Promoting Positive Mental Health
Now, we would like to speak on an equally important issue — what this province can be doing to promote positive mental health. Evidence is strong with respect to the factors that lead to positive mental health, as well as what governments and communities can do to promote mental health. The most significant dimensions that impact mental health are social inclusion, freedom from discrimination and violence, and access to economic resources. Mental health promotion policies and programs need to address individuals, their connections within the community and the broader environment in which they live.
Strategies that promote social inclusion create environments that foster social connections, companionship and social support. The type of strategies which promote social inclusion include: access to affordable recreation and physical activity programs in communities; creating opportunities for both youth and adults to participate in arts and cultural activities; and developing culturally-appropriate policies and programs that promote inclusion of new immigrants and refugees in Canadian society.
Discrimination and violence are risk factors for poor mental health. Discrimination and violence are often linked. Violence can take many forms, including child abuse, neglect by parents, bullying, youth violence, violence by intimate partners, abuse of the elderly, and sexual violence. Being a victim of violence is strongly associated with poor mental health. Stigma and discrimination against people with mental illness is also a major concern. And, it is important to note the people with serious mental illnesses can also benefit from mental health promotion strategies.
Access to economic resources, such as housing, education, work and income is strongly correlated with promoting mental health and reducing the risk of mental illness. Lack of access to economic resources can result in poverty and material deprivation, sustained hardship and poorer mental health. Investing in strategies that improve access to economic resources and remedy the inequalities experienced by disadvantaged populations can significantly promote positive mental health.

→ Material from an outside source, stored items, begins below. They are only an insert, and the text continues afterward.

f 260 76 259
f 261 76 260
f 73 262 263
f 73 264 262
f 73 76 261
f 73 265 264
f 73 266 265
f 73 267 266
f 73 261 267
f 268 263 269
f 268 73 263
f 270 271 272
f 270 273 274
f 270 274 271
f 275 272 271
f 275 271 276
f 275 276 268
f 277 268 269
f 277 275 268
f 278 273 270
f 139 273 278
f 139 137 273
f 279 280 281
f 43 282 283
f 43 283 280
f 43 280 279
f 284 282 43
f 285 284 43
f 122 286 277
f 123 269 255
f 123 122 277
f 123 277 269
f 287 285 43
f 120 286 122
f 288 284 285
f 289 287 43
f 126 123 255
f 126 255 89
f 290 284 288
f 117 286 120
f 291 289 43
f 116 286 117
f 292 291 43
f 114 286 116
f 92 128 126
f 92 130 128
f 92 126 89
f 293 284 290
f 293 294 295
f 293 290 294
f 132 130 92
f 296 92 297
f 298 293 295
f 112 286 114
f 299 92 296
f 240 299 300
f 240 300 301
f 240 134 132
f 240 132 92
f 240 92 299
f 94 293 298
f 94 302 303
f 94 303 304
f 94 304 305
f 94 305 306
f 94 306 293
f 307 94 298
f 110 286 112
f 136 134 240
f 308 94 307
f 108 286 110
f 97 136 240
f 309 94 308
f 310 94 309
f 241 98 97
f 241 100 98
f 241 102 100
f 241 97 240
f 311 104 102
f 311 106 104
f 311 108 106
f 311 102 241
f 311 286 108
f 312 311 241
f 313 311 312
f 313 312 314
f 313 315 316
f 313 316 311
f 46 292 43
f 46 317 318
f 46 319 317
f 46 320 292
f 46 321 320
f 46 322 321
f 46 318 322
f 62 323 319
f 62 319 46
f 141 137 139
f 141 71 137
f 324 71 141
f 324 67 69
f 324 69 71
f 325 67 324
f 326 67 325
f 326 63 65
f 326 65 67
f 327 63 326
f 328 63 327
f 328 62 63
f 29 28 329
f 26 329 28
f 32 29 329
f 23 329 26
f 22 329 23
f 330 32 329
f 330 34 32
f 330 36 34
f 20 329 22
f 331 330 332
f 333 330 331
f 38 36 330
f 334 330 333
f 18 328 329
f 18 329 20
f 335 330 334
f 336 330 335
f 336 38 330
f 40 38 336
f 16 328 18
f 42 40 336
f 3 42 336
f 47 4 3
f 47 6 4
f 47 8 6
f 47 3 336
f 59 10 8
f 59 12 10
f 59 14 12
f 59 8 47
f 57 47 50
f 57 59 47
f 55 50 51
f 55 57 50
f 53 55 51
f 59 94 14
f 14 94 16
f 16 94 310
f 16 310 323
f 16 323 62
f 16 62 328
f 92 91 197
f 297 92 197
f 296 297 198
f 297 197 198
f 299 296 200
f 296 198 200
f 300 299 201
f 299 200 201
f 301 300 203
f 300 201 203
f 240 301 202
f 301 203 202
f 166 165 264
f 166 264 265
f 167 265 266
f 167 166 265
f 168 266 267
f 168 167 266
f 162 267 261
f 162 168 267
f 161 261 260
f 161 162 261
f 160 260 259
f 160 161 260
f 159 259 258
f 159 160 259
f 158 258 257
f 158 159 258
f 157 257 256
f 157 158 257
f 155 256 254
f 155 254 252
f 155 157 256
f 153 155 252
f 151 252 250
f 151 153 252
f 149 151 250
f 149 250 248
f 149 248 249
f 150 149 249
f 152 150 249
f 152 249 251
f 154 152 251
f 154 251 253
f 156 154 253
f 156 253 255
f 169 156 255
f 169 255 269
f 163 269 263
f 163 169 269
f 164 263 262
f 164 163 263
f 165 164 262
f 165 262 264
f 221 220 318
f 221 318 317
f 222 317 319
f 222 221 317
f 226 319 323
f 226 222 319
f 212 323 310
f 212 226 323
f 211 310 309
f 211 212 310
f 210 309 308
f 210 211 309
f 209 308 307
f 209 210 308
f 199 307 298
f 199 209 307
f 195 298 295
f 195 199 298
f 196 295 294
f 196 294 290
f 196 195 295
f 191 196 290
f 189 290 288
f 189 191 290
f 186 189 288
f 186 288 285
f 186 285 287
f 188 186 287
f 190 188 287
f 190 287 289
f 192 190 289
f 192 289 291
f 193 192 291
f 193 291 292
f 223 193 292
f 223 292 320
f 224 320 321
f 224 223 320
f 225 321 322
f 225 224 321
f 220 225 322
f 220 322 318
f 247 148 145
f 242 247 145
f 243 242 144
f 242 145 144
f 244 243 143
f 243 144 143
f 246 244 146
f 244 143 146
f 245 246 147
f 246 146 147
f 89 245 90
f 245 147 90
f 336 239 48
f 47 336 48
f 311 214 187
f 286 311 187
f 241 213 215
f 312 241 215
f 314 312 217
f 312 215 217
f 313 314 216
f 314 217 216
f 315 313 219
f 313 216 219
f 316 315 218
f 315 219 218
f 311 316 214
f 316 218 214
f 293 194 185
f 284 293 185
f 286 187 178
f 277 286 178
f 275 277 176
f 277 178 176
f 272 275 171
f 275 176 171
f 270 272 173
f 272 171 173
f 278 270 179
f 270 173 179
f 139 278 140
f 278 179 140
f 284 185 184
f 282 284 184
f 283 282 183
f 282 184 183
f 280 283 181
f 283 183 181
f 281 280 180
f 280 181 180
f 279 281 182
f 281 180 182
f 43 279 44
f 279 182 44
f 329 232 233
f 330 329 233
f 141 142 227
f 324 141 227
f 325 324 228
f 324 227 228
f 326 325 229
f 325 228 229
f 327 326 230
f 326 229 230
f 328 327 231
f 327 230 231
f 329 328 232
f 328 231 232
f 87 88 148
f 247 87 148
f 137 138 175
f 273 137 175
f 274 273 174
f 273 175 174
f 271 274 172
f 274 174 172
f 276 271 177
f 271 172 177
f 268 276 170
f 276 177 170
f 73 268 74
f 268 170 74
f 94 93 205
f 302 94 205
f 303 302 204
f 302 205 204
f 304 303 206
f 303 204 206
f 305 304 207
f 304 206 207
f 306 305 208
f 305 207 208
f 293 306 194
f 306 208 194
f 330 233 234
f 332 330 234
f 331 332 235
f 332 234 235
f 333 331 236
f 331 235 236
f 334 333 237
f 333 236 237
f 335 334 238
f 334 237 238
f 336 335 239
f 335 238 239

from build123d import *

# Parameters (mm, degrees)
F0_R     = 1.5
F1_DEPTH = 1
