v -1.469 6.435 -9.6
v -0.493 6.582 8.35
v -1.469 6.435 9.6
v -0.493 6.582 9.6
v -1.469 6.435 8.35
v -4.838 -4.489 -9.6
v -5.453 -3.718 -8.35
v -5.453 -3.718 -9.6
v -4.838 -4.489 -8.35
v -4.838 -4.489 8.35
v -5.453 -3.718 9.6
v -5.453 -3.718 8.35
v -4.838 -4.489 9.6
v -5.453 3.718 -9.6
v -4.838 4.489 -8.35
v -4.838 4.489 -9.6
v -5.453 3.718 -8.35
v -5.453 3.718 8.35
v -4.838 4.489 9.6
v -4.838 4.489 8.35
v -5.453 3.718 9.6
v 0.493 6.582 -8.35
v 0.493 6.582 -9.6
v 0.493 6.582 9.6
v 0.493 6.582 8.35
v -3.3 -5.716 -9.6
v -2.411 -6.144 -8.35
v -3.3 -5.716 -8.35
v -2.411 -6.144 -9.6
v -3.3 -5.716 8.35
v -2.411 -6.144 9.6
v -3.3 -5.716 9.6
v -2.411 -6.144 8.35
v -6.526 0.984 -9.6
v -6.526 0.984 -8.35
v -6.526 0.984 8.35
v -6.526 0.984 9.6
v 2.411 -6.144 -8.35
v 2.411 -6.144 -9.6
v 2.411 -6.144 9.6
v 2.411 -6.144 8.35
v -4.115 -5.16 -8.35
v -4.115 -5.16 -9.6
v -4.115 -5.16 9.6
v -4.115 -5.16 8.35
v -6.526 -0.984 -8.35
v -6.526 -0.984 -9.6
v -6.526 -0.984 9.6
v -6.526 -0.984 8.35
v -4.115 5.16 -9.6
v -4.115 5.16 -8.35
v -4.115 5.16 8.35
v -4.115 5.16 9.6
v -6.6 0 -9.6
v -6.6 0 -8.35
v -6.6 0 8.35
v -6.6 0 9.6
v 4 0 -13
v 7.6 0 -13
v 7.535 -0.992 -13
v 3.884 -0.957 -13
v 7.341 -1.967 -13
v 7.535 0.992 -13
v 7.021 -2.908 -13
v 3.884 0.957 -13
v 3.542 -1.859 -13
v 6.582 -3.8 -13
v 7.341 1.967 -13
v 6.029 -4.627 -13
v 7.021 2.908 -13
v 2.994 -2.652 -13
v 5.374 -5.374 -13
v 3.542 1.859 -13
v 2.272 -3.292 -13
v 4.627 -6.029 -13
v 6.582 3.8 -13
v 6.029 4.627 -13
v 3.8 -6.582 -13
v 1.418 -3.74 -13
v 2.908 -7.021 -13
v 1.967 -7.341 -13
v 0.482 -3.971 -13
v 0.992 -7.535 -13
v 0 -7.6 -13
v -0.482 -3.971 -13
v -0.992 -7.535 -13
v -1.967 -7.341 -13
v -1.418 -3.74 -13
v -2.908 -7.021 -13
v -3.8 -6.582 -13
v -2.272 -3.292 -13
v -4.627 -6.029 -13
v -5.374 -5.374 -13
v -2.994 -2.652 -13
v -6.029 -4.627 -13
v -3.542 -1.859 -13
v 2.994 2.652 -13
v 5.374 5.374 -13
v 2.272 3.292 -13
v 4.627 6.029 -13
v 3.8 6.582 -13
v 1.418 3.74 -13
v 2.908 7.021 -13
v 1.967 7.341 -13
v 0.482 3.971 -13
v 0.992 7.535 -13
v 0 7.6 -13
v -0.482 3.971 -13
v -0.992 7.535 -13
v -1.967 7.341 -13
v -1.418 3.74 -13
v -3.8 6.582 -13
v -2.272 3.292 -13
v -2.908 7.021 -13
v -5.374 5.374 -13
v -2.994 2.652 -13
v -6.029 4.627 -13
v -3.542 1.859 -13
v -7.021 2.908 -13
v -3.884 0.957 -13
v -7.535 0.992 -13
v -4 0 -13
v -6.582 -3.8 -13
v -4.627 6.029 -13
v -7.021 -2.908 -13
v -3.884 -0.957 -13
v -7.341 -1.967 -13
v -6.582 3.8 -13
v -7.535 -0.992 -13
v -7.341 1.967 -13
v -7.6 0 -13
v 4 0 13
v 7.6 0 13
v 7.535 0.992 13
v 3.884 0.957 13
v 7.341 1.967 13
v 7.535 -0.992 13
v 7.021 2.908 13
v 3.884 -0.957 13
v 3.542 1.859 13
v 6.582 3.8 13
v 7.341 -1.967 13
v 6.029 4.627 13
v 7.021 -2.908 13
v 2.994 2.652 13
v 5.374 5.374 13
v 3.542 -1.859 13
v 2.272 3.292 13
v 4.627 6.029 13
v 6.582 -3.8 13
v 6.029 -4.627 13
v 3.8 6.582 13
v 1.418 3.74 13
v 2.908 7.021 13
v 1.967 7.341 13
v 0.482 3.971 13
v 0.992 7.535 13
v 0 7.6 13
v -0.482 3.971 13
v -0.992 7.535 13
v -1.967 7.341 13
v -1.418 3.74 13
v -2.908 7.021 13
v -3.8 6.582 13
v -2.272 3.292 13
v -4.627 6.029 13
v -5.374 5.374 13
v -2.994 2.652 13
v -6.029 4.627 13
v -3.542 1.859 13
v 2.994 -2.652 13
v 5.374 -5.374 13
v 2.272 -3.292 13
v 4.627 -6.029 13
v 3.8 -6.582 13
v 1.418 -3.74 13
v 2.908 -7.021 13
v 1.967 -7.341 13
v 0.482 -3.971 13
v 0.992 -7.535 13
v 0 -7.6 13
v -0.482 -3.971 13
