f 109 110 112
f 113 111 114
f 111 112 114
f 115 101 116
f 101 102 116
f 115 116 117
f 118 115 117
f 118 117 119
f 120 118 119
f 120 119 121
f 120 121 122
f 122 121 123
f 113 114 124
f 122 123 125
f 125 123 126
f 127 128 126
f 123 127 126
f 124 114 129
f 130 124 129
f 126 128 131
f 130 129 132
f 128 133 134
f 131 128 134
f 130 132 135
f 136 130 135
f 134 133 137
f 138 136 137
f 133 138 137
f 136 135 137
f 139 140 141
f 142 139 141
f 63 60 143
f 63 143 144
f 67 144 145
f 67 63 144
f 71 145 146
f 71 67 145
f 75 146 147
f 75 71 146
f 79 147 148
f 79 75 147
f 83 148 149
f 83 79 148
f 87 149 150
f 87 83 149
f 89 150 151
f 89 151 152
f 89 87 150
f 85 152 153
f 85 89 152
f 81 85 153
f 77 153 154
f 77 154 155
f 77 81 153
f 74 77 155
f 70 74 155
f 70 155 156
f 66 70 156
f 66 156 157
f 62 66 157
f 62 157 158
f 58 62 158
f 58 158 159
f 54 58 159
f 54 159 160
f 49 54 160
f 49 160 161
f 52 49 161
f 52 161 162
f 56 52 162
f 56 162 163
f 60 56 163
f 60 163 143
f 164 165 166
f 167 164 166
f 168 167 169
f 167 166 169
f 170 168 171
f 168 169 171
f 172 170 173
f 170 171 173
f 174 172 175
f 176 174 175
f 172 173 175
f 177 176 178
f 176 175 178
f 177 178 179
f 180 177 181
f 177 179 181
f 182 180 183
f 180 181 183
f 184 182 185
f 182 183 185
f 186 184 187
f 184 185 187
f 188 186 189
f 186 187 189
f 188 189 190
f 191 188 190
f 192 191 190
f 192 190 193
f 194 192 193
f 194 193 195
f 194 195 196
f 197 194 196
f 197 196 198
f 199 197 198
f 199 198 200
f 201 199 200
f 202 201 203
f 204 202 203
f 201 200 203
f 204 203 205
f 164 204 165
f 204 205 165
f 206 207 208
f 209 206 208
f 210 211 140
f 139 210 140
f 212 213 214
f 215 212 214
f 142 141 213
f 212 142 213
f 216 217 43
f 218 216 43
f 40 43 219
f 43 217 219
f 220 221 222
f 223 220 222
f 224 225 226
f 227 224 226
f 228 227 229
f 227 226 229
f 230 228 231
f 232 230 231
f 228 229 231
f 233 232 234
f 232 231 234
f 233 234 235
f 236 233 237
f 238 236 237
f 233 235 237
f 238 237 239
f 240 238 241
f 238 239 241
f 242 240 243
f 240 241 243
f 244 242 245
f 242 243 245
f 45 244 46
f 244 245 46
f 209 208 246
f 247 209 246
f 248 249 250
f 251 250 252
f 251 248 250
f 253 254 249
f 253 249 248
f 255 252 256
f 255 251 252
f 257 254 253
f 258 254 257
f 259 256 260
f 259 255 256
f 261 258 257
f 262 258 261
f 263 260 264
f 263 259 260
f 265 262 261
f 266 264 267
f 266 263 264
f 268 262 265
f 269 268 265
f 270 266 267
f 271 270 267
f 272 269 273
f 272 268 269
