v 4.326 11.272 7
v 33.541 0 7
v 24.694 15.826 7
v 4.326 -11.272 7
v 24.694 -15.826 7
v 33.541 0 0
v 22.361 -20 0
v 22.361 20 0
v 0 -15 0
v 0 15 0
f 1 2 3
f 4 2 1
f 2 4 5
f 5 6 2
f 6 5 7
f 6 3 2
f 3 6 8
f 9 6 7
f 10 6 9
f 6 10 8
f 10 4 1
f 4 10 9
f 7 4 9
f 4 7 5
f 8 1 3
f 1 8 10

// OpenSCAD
/*  Pyritohedron https://en.wikipedia.org/wiki/Dodecahedron#Pyritohedron
    Preliminary exploration before working on magnetic tile code
    Vary h from -1 to 1.
    At h=0, a cube
    At h=1, a rhombic dodecahedron
    At -1<h<0 it pulls inwards and vanishes at h=-1
    h=0.5*(sqrt(5)-1); //Inverse golden ratio; regular dodecahedron
*/

/*  length in mm
    distance of the fixed points from origin
    (see animation on wikipedia; size of side of starting cube)
    For the cube, this is half the length of a side
    For the rhombus, this is half the shorter diagonal
    For the pentagonal cases, this is the distance between a specific pair of vertices
*/
tilesize = 20;
thickness =7;

h=0.5; //single parameter to define this shape

function dot(v = [1,0,0], w = [0,1,0]) = v[0]*w[0]+v[1]*w[1]+v[2]*w[2]; //dot product of two vectors
function angle(v = [1,1,1], w = [1,1,1]) = acos(dot(v,w)/(norm(v)*norm(w)));  //angle between two vectors

function deg2rad(degs = 0) = degs*PI/180;
function rad2deg(rads = 0) = rads*180/PI;

module pyritohedron(h=0.5*(sqrt(5)-1)){
    polyhedron(
        points =
            [
            [1,1,-1],
            [(1+h),(1-pow(h,2)),0],
            [1,1,1],
            [(1-pow(h,2)),0,(1+h)],
            [1,-1,1],
            [(1+h),-(1-pow(h,2)),0],
            [1,-1,-1],
            [(1-pow(h,2)),0,-(1+h)],  
            [0,-(1+h),-(1-pow(h,2))],
            [-1,-1,-1],
            [-(1+h),-(1-pow(h,2)),0],
            [-1,-1,1],
            [0,-(1+h),(1-pow(h,2))],
            [-(1-pow(h,2)),0,-(1+h)],
            [-1,1,-1],
            [-(1+h),(1-pow(h,2)),0],
            [-1,1,1],
            [-(1-pow(h,2)),0,(1+h)],
            [0,(1+h),-(1-pow(h,2))],
            [0,(1+h),(1-pow(h,2))]
            ], 
            
        faces = 
            [
            [5,4,3,2,1],
            [5,1,0,7,6],
            [12,4,5,6,8],
            [12,8,9,10,11],
            [11,10,15,16,17],
            [10,9,13,14,15],
            [16,15,14,18,19],
            [19,18,0,1,2],
            [3,4,12,11,17],
            [19,2,3,17,16],
            [7,0,18,14,13],
            [13,9,8,6,7],
            ]
    ); 
}

theta = -angle(v=[1,0,0],w=[-pow(h,2)-h,0,(1+h)]); // dihedral angle #1, 'base-to-base'
ry = [[cos(theta),0,sin(theta)],[0,1,0],[-sin(theta),0,cos(theta)]]; //y axis rotation
f1v1 = [(1+h),0,0] - [(1+h),(1-pow(h,2)),0]; //vector1 used to define face1
f1v2 = [(1+h),0,0] - [(1-pow(h,2)),0,(1+h)]; //vector 2 used to define face1
f2v1 = [0,-(1+h),0] - [(1+h),-(1-pow(h,2)),0]; //vector 1 used to define face2
f2v2 = [0,-(1+h),0] - [0,-(1+h),-(1-pow(h,2))]; //vector 2 used to define face2
norm1 = cross(f1v1,f1v2); //normal vector to face1
norm2 = cross(f2v1,f2v2); //normal vector to face2
phi = angle(v=norm2,w=norm1); //dihedral angle #2, 'sideA-to-sideB'

//pyritohedron(h); //pyritohedron solid model

facepoints3d = [
                [0,(1-pow(h,2)),0]*ry,
                [-h,1,1]*ry,
                [(-pow(h,2)-h),0,(1+h)]*ry,
                [-h,-1,1]*ry,
                [0,-(1-pow(h,2)),0]*ry
             ];

facepoints = [
                [facepoints3d[0][0],facepoints3d[0][1]],
                [facepoints3d[1][0],facepoints3d[1][1]],
                [facepoints3d[2][0],facepoints3d[2][1]],
                [facepoints3d[3][0],facepoints3d[3][1]],
                [facepoints3d[4][0],facepoints3d[4][1]],
             ];

difference(){
    linear_extrude(height=thickness,center=false){
        scale([tilesize,tilesize,tilesize]){
            polygon(points = facepoints);
        }
    }
    interior1 = angle(v=(facepoints3d[3]-facepoints3d[4]),w=facepoints3d[4]);
    rotate([0,90-abs(theta)/2,0]) translate([-tilesize,-tilesize,0]) cube([tilesize,2*tilesize,2*tilesize]);
    translate(facepoints[4]*tilesize) rotate([0,0,interior1]) rotate([0,90-phi/2,0]) translate([-tilesize,-1.5*tilesize,0]) cube([tilesize,2*tilesize,2*tilesize]);
    mirror([0,1,0]) translate(facepoints[4]*tilesize) rotate([0,0,interior1]) rotate([0,90-phi/2,0]) translate([-tilesize,-1.5*tilesize,0]) cube([tilesize,2*tilesize,2*tilesize]);
}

CMHA Ontario, together with four other organizations, the Centre for Addiction and Mental Health, Health Nexus, the Ontario Public Health Association and the Centre for Health Promotion at the University of Toronto recently prepared a report, entitled “Mental Health Promotion in Ontario: A Call to Action” that identifies a very large number of evidence-based strategies that could be pursued in Ontario to promote mental health. Our organizations are interested to assist the government in a process for taking action.
Notes
- Canadian Mental Health Association. A Framework for Support, 3rd edition, 2004.
- Health Systems Research and Consulting Unit, Centre for Addiction and Mental Health. Mental Health Services in Ontario: How Well is the Province Meeting the Needs of Persons with Serious Mental Illness, 2004.
- System Enhancement Evaluation Initiative. Moving in the Right Direction. SEEI Final Report. Submitted to the Ministry of Health and Long-Term Care March 31, 2009.
- LHIN data report on MH&A, 2008.
- Community mental health agencies and Community Health Services are within LHINs. Physician services, Family Health Teams and Nurse Practitioner Clinics are outside of LHINs.